Our finding that parent proxy-report demonstrated moderate to low agreement with pediatric self-report is consistent with the extant literature , suggesting that information provided by proxy-respondents is not equivalent to that reported by the patient. In the HRQOL literature, imperfect agreement between self-report and proxy-report has been consistently documented, typically demonstrating higher correlations for more observable domains (i.e., physical functioning) and lower correlations for less observable or internal symptoms such as emotional functioning, pain, and fatigue . Our findings are consistent with this larger literature.
By administering the items spread over several test forms, we were unable to perform factor analyses across the entire item bank for six of the ten content domains.

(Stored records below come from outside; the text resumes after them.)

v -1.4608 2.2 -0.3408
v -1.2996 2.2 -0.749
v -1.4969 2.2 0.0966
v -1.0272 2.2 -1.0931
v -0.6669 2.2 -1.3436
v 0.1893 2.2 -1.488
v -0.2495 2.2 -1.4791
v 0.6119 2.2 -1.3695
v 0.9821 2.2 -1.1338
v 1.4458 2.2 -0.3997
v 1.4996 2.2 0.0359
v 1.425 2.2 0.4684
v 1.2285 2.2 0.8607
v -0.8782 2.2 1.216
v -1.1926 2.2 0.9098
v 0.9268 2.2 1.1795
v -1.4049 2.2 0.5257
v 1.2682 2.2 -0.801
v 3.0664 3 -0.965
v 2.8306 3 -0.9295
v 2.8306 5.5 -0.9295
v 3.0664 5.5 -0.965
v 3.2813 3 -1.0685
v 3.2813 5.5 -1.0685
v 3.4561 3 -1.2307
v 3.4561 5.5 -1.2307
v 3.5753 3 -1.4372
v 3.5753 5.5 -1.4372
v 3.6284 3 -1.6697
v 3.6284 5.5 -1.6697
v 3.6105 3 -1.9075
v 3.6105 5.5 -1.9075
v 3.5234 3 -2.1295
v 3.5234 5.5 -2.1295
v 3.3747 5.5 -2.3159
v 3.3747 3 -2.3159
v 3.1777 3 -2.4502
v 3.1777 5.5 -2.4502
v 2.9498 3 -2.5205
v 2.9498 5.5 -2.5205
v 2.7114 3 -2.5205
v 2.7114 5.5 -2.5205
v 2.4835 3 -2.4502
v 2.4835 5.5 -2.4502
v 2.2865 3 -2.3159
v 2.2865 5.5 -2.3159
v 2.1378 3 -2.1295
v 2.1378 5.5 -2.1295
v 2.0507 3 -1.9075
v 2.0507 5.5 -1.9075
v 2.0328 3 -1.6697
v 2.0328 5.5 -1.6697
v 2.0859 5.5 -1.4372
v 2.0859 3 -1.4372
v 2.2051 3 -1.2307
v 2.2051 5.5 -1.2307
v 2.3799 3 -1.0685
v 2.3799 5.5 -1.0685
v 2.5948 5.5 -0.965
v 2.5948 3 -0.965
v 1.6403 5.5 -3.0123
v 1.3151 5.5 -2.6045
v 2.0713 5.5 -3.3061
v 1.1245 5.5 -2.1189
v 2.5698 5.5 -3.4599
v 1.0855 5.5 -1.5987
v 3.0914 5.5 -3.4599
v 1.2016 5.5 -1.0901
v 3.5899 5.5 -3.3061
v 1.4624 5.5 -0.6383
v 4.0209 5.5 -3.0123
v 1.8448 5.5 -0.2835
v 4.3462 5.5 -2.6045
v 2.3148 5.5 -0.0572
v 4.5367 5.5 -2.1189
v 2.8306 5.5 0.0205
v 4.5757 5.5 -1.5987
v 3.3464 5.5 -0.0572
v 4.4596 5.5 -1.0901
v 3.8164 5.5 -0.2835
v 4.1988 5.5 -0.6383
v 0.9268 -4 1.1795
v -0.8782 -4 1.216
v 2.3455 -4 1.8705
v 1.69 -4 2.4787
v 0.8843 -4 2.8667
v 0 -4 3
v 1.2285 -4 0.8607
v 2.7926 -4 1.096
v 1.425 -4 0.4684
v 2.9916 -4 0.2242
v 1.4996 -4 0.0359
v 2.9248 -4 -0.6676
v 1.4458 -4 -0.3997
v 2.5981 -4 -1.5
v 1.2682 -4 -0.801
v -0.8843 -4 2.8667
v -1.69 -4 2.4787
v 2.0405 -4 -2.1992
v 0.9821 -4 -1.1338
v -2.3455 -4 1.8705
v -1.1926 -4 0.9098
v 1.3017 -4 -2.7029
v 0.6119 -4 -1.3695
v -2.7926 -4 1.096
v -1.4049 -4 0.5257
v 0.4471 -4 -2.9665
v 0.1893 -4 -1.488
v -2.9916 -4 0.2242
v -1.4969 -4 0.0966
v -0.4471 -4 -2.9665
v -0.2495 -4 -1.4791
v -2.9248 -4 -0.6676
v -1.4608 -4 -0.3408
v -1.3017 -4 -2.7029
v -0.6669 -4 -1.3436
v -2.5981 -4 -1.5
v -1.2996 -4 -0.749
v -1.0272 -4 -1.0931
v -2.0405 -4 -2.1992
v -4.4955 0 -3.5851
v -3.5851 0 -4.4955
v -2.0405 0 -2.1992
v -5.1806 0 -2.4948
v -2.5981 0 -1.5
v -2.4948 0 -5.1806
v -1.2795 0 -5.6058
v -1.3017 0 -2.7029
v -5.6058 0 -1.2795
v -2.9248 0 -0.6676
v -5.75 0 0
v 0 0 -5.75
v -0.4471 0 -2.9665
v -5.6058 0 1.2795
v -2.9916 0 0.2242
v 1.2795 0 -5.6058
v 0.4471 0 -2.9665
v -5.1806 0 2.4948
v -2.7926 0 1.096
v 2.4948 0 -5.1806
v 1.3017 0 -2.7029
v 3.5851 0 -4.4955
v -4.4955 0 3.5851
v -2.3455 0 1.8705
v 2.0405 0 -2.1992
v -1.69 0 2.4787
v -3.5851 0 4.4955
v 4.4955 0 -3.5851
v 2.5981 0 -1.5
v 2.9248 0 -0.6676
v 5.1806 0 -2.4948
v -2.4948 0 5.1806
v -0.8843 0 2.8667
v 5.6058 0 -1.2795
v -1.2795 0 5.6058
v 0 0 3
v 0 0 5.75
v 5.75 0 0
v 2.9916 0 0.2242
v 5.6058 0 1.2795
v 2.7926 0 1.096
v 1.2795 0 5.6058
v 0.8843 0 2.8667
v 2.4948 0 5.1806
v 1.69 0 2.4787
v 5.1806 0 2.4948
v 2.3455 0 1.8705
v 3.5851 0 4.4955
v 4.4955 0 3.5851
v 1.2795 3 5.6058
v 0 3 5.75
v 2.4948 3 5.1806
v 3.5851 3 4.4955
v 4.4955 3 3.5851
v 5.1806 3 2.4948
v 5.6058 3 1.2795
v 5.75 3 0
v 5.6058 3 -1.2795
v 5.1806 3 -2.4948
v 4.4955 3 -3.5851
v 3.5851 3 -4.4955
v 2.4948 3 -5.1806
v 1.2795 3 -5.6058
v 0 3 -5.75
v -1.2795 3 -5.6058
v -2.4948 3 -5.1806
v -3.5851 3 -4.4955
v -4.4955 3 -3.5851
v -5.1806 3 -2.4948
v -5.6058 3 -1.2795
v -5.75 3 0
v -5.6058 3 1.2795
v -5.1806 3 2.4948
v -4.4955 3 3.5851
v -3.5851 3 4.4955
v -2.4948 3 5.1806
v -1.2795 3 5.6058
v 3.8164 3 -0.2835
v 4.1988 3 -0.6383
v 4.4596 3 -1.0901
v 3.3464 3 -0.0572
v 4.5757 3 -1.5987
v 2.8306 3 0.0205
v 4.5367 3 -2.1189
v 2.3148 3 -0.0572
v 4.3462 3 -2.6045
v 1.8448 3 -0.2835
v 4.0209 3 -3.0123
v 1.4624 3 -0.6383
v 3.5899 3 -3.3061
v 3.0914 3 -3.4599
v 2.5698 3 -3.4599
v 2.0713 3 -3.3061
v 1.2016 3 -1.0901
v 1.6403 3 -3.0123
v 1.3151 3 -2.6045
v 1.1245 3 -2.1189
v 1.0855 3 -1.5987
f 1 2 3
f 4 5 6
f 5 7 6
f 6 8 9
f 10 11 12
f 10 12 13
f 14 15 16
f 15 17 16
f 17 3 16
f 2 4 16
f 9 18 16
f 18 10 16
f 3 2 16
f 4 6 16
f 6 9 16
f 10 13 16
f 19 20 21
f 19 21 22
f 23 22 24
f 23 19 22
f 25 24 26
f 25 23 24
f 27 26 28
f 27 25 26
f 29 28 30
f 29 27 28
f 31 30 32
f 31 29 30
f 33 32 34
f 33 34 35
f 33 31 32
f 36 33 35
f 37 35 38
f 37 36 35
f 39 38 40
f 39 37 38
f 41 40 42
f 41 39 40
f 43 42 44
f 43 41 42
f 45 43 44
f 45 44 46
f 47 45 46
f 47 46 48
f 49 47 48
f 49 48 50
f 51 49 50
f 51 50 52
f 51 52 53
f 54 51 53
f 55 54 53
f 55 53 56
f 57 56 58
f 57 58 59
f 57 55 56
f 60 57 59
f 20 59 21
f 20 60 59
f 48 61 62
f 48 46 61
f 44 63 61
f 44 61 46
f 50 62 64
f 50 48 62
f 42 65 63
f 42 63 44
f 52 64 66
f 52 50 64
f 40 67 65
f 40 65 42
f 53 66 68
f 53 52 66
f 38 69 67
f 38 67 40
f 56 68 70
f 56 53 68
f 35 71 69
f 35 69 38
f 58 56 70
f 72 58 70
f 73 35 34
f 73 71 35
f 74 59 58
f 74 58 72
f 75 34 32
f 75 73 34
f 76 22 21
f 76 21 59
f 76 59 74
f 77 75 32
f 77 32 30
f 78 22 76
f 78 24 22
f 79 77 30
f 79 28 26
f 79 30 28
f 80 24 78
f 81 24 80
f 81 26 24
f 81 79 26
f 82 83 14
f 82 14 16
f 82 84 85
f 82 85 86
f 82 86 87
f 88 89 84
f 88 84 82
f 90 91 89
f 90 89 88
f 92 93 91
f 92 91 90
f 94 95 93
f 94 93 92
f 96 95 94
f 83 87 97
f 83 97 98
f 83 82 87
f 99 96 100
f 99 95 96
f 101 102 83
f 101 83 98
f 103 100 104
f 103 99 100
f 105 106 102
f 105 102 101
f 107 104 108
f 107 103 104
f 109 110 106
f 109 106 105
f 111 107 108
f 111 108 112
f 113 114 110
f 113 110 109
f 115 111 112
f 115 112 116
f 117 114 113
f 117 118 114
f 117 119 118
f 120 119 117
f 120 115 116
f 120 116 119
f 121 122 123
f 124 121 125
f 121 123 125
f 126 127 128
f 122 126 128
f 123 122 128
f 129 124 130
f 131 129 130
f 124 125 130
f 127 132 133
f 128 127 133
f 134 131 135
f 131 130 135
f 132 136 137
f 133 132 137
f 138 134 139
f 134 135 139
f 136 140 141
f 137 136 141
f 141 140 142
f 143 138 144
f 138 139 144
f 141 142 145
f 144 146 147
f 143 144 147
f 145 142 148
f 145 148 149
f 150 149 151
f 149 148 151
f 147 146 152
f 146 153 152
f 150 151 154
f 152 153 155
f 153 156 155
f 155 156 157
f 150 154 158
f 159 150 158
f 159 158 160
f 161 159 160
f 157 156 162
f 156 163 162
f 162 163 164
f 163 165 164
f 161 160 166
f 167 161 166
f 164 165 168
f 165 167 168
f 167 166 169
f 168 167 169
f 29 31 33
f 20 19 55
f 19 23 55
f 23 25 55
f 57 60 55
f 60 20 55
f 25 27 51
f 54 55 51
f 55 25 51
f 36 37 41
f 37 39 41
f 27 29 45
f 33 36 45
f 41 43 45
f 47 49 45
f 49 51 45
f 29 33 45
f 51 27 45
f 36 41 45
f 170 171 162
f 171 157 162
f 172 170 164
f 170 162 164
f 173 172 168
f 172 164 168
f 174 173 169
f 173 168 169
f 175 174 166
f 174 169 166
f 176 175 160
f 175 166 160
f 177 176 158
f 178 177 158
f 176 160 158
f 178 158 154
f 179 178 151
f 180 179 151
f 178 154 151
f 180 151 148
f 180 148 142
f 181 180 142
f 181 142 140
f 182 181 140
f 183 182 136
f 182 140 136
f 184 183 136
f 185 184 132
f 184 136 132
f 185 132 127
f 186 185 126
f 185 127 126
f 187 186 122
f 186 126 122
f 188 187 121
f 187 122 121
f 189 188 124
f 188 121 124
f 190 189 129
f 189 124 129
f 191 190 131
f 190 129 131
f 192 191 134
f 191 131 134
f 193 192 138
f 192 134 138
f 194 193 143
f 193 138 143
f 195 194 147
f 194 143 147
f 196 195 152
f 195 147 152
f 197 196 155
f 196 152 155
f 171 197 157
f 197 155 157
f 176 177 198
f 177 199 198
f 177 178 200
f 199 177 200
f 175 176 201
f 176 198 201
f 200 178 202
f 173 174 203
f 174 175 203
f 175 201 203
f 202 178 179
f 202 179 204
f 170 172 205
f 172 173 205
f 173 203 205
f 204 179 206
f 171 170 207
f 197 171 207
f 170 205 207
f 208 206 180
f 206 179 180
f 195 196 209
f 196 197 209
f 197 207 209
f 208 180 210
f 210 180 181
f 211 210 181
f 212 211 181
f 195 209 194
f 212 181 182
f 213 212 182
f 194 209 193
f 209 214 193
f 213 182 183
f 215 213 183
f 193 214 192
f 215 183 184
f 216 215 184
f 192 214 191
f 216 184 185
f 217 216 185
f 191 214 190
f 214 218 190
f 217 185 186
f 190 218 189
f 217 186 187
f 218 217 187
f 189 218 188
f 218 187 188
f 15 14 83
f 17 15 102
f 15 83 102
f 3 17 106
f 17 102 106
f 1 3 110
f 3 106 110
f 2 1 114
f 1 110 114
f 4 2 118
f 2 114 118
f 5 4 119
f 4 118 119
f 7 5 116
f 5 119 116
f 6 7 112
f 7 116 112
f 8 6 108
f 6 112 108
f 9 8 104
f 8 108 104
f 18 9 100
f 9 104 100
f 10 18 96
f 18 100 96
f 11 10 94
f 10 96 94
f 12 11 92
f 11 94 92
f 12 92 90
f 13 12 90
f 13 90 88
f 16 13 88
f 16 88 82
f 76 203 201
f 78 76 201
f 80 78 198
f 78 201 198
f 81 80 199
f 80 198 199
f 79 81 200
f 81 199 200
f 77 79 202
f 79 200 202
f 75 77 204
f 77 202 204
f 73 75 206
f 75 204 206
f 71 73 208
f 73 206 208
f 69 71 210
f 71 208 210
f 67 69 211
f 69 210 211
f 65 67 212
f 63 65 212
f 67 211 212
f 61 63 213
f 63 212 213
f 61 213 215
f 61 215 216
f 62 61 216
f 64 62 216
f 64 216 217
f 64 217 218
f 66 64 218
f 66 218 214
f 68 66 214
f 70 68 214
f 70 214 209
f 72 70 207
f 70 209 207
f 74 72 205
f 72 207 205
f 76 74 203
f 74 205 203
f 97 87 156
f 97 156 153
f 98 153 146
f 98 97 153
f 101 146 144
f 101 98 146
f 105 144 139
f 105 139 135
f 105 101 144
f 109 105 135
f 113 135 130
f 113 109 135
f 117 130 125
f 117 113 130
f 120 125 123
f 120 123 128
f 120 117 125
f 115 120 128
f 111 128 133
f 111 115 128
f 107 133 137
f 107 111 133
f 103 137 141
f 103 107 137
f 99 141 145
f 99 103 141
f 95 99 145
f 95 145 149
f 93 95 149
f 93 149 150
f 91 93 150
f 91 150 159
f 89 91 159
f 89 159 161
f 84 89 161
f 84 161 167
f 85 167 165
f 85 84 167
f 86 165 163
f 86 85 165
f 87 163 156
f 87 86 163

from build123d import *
from build123d.topology import SkipClean

# Parameters (mm, degrees)
SKETCH1_R           = 5.75
SKETCH1_R_2         = 1.5
BOSS_EXTRUDE1_DEPTH = 3
BOSS_EXTRUDE2_START = 4
SKETCH2_R           = 3
SKETCH2_R_2         = 1.5
BOSS_EXTRUDE2_DEPTH = 4
BOSS_EXTRUDE3_START = -7
BOSS_EXTRUDE3_DEPTH = 7
SKETCH4_R           = 1.75
SKETCH4_R_2         = 0.8
BOSS_EXTRUDE4_DEPTH = 2.5
BOSS_EXTRUDE5_START = -0.8
SKETCH5_R           = 5.75
BOSS_EXTRUDE5_DEPTH = 0.8


with BuildPart() as part:
    # Sketch1 → Boss-Extrude1 (new body)
    with BuildSketch(Plane(origin=(0, 0, 0), x_dir=(1, 0, 0), z_dir=(0, 1, 0))):
        with Locations(Location((0, 0, 0), (0, 0, 270))):
            Circle(SKETCH1_R)
        with Locations(Location((0, 0, 0), (0, 0, 270))):
            Circle(SKETCH1_R_2, mode=Mode.SUBTRACT)
    extrude(amount=BOSS_EXTRUDE1_DEPTH)

    # Sketch2 → Boss-Extrude2 (add)
    with SkipClean():  # the faces are left unmerged after this step: merging them gives an invalid solid
        with BuildSketch(Plane.XZ.offset(BOSS_EXTRUDE2_START)):
            with Locations(Location((0, 0, 0), (0, 0, 90))):
                Circle(SKETCH2_R)
            with Locations(Location((0, 0, 0), (0, 0, 270))):
                Circle(SKETCH2_R_2, mode=Mode.SUBTRACT)
        extrude(amount=-BOSS_EXTRUDE2_DEPTH)

    # Sketch3 → Boss-Extrude3 (add)
    with BuildSketch(Plane(origin=(0, 3, 0), x_dir=(1, 0, 0), z_dir=(0, 1, 0)).offset(BOSS_EXTRUDE3_START)):
        with BuildLine():
            Line((-0.878196328, -1.216047371), (0.926753921, -1.179460542))
            ThreePointArc((0.926753921, -1.179460542), (0.030399161, -1.499691932), (-0.878196328, -1.216047371))
        make_face()
    extrude(amount=BOSS_EXTRUDE3_DEPTH)

    # Sketch4 → Boss-Extrude4 (add)
    with BuildSketch(Plane(origin=(0, 3, 0), x_dir=(1, 0, 0), z_dir=(0, 1, 0))):
        with Locations(Location((2.83060587, 1.729454153, 0), (0, 0, 270))):
            Circle(SKETCH4_R)
        with Locations(Location((2.83060587, 1.729454153, 0), (0, 0, 270))):
            Circle(SKETCH4_R_2, mode=Mode.SUBTRACT)
    extrude(amount=BOSS_EXTRUDE4_DEPTH)

    # Sketch5 → Boss-Extrude5 (add)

For each of these six domains, factor analysis was conducted on two separate sets of items. It is possible that factor analyses would turn out differently if all the items within each content domain were analyzed as a single set. However, because the items were created to fill content from qualitative work and then were randomly allocated to each test form, the different test forms can be viewed as replications. By having replicated factor analyses, our impressions of multidimensionality, when repeated across forms, increased our confidence in the factor analytic results.
We recruited participants from clinics across five sites to achieve a sample with diverse experiences in terms of health outcomes, but also cultural and ethnic influences. This study does not report on using the items in languages other than English or in children living in other countries, as such, we cannot assume that the scales would have the same test characteristics in those other populations.
Future research with other samples may reveal other sources of DIF for the items; an advantage of IRT as a method is that it can detect item-level DIF, and “flag” items to be used only with caution for comparisons across levels of a variable for which DIF exists. Although analysis of DIF led to smaller item banks, we believe this approach will ultimately yield a more broadly applicable measure for comparing results across populations.
In conclusion, this study provides initial IRT calibrations of the PROMIS® parent proxy-report item banks and the creation of the PROMIS® Parent Proxy Report Scales which address an important gap in the current literature. Further research is indicated on construct validity and tests of the responsiveness of these scales and item banks in larger samples of parents of pediatric patients with chronic health conditions.